Stackelberg game-based optimal electricity trading method for distribution networks with small-micro industrial parks

Abstract

In order to improve the operating benefits of the distribution network (DN) and reduce the energy consumption costs of small-micro industrial parks (SMIPs), a two-layer optimal electricity trading method for DN with SMIPs is proposed. First, based on the Stackelberg game, a multi-objective two-layer optimal trading model for DN and SMIP is established. In the upper layer, the DN agent is regarded as the leader, and a trading model is established with the goal of maximizing the profits of agents. In the lower layer, an energy optimization model is proposed for the SMIP operators, which are regarded as the followers, with the goal of minimizing the operating costs. According to the buying and selling electricity prices at the upper and lower layers, a dynamic pricing strategy is formulated.
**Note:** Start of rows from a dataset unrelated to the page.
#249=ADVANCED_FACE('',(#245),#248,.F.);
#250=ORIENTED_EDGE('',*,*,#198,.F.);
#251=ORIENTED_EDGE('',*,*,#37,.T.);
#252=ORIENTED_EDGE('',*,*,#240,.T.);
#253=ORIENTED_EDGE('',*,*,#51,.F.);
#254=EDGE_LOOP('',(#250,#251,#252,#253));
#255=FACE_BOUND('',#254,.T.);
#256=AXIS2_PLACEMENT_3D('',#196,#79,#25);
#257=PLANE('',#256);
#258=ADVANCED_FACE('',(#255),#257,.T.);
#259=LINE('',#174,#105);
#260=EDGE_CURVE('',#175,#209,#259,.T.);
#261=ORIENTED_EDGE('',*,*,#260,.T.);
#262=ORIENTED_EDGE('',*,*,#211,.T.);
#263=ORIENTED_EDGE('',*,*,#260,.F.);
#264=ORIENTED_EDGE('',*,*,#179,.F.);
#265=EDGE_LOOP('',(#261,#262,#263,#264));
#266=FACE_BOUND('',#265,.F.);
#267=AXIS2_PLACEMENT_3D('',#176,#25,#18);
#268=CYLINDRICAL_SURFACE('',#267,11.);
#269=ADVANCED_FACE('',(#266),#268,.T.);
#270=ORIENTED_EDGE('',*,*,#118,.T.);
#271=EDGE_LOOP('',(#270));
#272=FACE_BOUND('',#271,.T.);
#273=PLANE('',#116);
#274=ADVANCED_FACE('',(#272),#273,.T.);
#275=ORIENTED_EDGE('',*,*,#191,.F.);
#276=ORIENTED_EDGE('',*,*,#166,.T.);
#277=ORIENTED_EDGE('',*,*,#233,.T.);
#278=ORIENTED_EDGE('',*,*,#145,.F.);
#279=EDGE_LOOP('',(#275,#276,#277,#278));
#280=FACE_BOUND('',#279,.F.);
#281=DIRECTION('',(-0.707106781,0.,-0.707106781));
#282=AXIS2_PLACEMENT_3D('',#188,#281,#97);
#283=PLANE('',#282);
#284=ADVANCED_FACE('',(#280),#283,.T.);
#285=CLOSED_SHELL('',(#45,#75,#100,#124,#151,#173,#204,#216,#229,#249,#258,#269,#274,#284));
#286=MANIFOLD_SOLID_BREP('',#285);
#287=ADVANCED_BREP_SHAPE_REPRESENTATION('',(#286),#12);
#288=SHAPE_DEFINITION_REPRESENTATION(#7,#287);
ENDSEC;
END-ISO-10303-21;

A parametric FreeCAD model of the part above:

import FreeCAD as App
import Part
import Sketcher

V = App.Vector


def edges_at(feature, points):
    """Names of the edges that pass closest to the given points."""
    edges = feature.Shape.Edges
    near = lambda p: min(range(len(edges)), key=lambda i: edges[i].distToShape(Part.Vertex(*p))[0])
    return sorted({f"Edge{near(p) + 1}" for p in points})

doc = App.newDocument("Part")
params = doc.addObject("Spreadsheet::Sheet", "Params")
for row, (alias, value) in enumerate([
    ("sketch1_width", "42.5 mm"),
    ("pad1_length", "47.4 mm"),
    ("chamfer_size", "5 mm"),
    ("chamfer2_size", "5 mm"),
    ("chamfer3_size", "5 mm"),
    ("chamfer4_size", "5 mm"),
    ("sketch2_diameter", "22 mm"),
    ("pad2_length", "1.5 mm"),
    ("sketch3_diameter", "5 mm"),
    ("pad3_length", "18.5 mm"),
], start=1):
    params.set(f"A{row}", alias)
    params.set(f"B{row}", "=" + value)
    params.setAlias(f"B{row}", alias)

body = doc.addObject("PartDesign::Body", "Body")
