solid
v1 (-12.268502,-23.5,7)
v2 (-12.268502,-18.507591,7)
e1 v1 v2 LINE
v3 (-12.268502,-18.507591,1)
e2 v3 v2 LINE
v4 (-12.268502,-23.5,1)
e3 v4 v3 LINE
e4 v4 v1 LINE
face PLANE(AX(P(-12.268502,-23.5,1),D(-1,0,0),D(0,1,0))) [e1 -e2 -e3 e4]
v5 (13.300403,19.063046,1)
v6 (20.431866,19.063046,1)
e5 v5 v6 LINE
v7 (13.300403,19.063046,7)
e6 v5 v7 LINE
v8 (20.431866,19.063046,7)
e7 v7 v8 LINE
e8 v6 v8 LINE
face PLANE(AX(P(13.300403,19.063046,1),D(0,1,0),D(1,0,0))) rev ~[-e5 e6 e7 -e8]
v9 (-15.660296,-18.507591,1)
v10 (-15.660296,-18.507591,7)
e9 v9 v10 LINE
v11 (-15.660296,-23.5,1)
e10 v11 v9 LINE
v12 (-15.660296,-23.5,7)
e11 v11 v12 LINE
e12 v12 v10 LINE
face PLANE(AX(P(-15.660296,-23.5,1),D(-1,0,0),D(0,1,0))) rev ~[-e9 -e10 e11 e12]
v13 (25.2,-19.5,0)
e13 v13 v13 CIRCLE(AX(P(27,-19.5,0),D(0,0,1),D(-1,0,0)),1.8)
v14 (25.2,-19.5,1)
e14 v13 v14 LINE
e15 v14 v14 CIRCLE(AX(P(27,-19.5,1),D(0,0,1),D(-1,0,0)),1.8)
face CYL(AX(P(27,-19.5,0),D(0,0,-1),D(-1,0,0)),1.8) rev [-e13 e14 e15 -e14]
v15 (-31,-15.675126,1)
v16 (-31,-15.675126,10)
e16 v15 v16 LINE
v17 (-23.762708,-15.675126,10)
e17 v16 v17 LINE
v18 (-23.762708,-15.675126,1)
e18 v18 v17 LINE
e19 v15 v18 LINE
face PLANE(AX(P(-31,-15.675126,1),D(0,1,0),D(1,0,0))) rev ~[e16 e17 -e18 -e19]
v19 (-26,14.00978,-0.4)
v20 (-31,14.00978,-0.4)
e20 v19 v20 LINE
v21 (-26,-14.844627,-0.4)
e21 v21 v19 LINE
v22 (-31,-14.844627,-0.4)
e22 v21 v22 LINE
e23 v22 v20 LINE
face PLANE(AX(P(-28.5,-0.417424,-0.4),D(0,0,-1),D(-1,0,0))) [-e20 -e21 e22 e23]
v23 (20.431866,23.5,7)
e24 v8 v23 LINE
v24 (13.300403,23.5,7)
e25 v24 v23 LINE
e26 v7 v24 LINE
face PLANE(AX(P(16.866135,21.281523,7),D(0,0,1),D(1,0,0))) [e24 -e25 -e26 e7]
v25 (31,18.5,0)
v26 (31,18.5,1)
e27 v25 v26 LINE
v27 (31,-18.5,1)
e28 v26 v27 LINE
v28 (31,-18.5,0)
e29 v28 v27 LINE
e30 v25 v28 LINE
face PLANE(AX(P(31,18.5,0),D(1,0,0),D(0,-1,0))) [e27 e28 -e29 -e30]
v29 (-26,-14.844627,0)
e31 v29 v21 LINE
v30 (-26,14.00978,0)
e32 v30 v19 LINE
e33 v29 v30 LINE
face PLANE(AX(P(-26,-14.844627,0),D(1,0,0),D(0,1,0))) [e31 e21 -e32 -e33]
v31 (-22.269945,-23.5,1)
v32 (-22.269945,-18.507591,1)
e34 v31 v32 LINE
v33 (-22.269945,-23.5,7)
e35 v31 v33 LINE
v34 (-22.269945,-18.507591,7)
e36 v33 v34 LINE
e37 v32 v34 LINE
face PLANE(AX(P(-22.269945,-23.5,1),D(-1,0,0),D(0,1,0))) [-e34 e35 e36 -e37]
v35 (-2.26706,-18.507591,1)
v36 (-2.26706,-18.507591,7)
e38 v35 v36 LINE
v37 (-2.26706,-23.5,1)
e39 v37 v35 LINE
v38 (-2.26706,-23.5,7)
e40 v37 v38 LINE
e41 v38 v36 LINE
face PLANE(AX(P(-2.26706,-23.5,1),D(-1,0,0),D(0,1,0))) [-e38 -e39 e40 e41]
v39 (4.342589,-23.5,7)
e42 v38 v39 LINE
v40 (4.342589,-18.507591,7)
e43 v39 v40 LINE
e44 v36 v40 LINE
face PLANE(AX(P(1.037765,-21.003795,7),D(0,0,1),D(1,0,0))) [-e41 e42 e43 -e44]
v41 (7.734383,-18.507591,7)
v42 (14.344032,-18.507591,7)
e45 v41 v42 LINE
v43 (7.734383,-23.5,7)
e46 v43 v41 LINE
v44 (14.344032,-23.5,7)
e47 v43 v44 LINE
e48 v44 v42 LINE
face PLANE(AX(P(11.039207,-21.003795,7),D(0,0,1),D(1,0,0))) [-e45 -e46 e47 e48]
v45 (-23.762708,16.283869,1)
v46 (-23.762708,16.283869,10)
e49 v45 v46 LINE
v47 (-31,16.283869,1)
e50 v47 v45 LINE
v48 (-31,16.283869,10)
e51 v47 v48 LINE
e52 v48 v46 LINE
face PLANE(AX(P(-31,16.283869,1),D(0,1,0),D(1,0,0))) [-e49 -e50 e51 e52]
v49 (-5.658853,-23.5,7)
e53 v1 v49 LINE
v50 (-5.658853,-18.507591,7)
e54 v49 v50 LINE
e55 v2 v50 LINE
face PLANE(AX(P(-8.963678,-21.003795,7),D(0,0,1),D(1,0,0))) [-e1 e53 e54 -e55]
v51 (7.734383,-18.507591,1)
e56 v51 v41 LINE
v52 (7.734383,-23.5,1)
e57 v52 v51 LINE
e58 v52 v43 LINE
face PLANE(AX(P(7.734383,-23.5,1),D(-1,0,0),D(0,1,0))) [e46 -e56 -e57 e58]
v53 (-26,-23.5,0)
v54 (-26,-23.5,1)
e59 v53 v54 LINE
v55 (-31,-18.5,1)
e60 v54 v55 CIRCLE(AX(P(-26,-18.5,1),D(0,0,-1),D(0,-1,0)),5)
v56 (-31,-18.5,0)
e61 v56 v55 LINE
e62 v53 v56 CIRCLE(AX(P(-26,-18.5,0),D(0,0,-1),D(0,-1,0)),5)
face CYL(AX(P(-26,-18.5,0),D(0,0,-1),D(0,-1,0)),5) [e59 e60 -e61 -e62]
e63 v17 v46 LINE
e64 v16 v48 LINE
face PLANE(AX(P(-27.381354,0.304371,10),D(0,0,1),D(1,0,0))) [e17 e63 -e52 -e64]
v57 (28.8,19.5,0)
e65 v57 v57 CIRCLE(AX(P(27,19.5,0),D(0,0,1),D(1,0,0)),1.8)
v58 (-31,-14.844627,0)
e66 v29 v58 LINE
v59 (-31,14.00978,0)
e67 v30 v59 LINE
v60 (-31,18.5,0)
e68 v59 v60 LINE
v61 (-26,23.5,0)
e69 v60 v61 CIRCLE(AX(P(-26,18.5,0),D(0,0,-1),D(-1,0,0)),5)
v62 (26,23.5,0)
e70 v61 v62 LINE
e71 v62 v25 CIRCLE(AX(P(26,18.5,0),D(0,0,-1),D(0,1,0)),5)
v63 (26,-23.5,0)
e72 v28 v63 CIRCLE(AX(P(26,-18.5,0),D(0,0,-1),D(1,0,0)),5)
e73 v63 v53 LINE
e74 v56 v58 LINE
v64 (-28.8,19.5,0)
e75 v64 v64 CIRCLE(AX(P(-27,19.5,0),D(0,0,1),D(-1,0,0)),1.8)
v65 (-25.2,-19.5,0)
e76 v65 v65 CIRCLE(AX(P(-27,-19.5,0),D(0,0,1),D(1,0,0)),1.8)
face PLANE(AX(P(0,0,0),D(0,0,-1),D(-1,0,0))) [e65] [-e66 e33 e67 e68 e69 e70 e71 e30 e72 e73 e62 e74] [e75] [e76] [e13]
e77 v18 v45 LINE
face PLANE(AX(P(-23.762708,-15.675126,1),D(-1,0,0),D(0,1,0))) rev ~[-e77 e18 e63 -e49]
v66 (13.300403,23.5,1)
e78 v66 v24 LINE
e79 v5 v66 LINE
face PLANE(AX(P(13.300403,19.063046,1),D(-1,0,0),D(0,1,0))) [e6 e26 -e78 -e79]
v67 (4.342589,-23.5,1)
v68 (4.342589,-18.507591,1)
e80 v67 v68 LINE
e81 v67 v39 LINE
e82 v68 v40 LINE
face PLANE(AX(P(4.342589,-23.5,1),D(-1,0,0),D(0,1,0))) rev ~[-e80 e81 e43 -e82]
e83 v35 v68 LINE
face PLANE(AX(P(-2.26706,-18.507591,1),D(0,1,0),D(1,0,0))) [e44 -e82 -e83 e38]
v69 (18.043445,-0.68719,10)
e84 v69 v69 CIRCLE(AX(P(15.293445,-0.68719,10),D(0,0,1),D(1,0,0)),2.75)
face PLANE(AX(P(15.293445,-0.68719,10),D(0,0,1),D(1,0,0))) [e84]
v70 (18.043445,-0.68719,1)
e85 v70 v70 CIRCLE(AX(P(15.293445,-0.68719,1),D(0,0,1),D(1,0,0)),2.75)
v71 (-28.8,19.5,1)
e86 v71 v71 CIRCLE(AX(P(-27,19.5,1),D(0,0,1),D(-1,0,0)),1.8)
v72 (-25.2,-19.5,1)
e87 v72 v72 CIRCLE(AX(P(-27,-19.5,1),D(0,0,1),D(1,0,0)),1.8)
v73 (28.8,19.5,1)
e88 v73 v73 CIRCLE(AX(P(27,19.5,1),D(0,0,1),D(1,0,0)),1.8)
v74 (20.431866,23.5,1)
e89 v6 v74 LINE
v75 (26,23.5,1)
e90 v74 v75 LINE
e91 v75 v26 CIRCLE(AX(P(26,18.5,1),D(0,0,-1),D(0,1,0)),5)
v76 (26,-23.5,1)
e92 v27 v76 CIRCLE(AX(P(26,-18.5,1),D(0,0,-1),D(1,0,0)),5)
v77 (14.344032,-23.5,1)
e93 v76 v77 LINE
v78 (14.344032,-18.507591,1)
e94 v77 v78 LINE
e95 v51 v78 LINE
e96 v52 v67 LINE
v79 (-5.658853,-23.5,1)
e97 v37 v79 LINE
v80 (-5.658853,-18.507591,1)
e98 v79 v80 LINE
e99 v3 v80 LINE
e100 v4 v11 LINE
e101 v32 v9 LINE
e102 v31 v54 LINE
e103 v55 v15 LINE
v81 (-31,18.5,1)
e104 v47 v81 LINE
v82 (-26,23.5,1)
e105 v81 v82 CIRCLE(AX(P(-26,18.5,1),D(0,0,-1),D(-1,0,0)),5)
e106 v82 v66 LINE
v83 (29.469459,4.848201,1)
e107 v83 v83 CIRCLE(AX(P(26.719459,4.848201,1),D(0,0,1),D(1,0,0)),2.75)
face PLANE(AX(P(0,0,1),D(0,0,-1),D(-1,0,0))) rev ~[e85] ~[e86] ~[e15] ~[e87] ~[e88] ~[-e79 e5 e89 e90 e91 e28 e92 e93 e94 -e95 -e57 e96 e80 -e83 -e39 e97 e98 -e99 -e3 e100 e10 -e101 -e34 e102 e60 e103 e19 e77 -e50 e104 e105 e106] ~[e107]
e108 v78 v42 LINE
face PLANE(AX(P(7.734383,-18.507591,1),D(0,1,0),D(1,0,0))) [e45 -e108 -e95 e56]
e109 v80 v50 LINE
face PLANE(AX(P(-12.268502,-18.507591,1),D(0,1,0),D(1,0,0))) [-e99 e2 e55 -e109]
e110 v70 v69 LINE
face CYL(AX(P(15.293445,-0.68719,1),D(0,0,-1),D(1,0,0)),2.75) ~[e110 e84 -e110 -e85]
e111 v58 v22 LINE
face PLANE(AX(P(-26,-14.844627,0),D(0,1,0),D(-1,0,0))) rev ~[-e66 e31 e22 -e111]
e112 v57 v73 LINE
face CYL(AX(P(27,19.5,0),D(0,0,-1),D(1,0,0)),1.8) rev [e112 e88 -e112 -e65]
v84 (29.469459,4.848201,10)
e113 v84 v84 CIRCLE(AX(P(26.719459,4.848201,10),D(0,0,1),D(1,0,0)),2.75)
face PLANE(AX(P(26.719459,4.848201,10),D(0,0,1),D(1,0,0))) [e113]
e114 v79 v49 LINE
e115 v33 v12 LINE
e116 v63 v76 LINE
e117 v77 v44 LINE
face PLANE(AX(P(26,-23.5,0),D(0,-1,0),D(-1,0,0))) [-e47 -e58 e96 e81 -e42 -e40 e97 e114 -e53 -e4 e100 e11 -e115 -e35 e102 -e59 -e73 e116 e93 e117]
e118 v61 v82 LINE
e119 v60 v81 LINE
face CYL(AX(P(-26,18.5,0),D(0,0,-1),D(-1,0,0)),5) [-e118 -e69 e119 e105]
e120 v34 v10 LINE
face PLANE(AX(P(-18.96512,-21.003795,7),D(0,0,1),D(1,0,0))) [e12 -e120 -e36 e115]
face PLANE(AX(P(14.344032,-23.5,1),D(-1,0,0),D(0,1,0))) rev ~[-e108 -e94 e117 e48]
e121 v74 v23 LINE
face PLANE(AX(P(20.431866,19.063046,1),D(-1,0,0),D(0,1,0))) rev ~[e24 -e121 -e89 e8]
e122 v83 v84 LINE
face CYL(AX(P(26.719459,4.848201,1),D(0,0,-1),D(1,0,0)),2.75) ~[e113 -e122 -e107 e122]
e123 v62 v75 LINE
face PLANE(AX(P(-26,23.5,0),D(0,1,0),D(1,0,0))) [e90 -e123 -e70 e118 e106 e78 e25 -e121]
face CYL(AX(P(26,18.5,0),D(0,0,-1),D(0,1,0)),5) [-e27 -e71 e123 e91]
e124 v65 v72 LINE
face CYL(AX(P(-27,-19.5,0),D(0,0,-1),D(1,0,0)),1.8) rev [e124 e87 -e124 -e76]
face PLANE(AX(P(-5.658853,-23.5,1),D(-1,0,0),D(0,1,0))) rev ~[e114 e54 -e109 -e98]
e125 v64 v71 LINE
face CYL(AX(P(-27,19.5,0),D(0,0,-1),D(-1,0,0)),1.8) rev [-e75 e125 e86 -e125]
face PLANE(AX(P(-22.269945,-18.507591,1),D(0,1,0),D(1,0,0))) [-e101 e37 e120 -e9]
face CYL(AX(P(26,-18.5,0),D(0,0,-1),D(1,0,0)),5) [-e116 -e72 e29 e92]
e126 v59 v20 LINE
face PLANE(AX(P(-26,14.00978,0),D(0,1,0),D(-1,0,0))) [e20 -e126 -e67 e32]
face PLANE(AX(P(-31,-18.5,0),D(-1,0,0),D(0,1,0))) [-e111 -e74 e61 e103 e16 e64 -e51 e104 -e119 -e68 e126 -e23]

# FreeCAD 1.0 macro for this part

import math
import FreeCAD as App
import Part
import Sketcher

V = App.Vector
Q = App.Units.Quantity


def add_polygon(sketch, points):
    """Adds a closed chain of lines whose ends are joined by coincident constraints."""
    first, n = sketch.GeometryCount, len(points)
    for a, b in zip(points, points[1:] + points[:1]):
        sketch.addGeometry(Part.LineSegment(App.Vector(*a, 0), App.Vector(*b, 0)), False)
    for i in range(n):
        sketch.addConstraint(Sketcher.Constraint("Coincident", first + i, 2, first + (i + 1) % n, 1))

doc = App.newDocument("Part")
body = doc.addObject("PartDesign::Body", "Body")

# Sketch on XY plane
sketch1 = body.newObject("Sketcher::SketchObject", "Sketch")
sketch1.AttachmentSupport = (doc.getObject("XY_Plane"), [""])
sketch1.MapMode = "FlatFace"
sketch1.addGeometry(Part.LineSegment(V(26, 23.5, 0), V(-26, 23.5, 0)), False)
sketch1.addGeometry(Part.ArcOfCircle(Part.Circle(V(-26, 18.5, 0), V(0, 0, 1), 5), math.radians(90), math.radians(180)), False)
sketch1.addGeometry(Part.LineSegment(V(-31, 18.5, 0), V(-31, -18.5, 0)), False)
sketch1.addGeometry(Part.ArcOfCircle(Part.Circle(V(-26, -18.5, 0), V(0, 0, 1), 5), math.radians(180), math.radians(270)), False)
sketch1.addGeometry(Part.LineSegment(V(-26, -23.5, 0), V(26, -23.5, 0)), False)
sketch1.addGeometry(Part.ArcOfCircle(Part.Circle(V(26, -18.5, 0), V(0, 0, 1), 5), math.radians(-90), math.radians(0)), False)
sketch1.addGeometry(Part.LineSegment(V(31, -18.5, 0), V(31, 18.5, 0)), False)
sketch1.addGeometry(Part.ArcOfCircle(Part.Circle(V(26, 18.5, 0), V(0, 0, 1), 5), math.radians(0), math.radians(90)), False)
sketch1.addGeometry(Part.Circle(V(27, -19.5, 0), V(0, 0, 1), 1.8), False)
sketch1.addGeometry(Part.Circle(V(-27, -19.5, 0), V(0, 0, 1), 1.8), False)
sketch1.addGeometry(Part.Circle(V(27, 19.5, 0), V(0, 0, 1), 1.8), False)
sketch1.addGeometry(Part.Circle(V(-27, 19.5, 0), V(0, 0, 1), 1.8), False)
sketch1.addConstraint(Sketcher.Constraint("Tangent", 0, 2, 1, 1))
sketch1.addConstraint(Sketcher.Constraint("Tangent", 1, 2, 2, 1))
sketch1.addConstraint(Sketcher.Constraint("Tangent", 2, 2, 3, 1))
sketch1.addConstraint(Sketcher.Constraint("Tangent", 3, 2, 4, 1))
The Karush–Kuhn–Tucker condition (KKT) is introduced to transform the two-layer model into a single-layer model, and based on linear transformations, the model is further converted into a mixed-integer linear programming model. The transformations aim to address the non-linear issues arising from multivariable coupling between the upper and lower-layer trading models. The simulation results show that the trading strategy proposed in this paper can effectively increase the profit of DNs while reducing the operating costs of SMIPs and can provide a reference for decision-making in the electricity market (EM) with the participation of SMIP.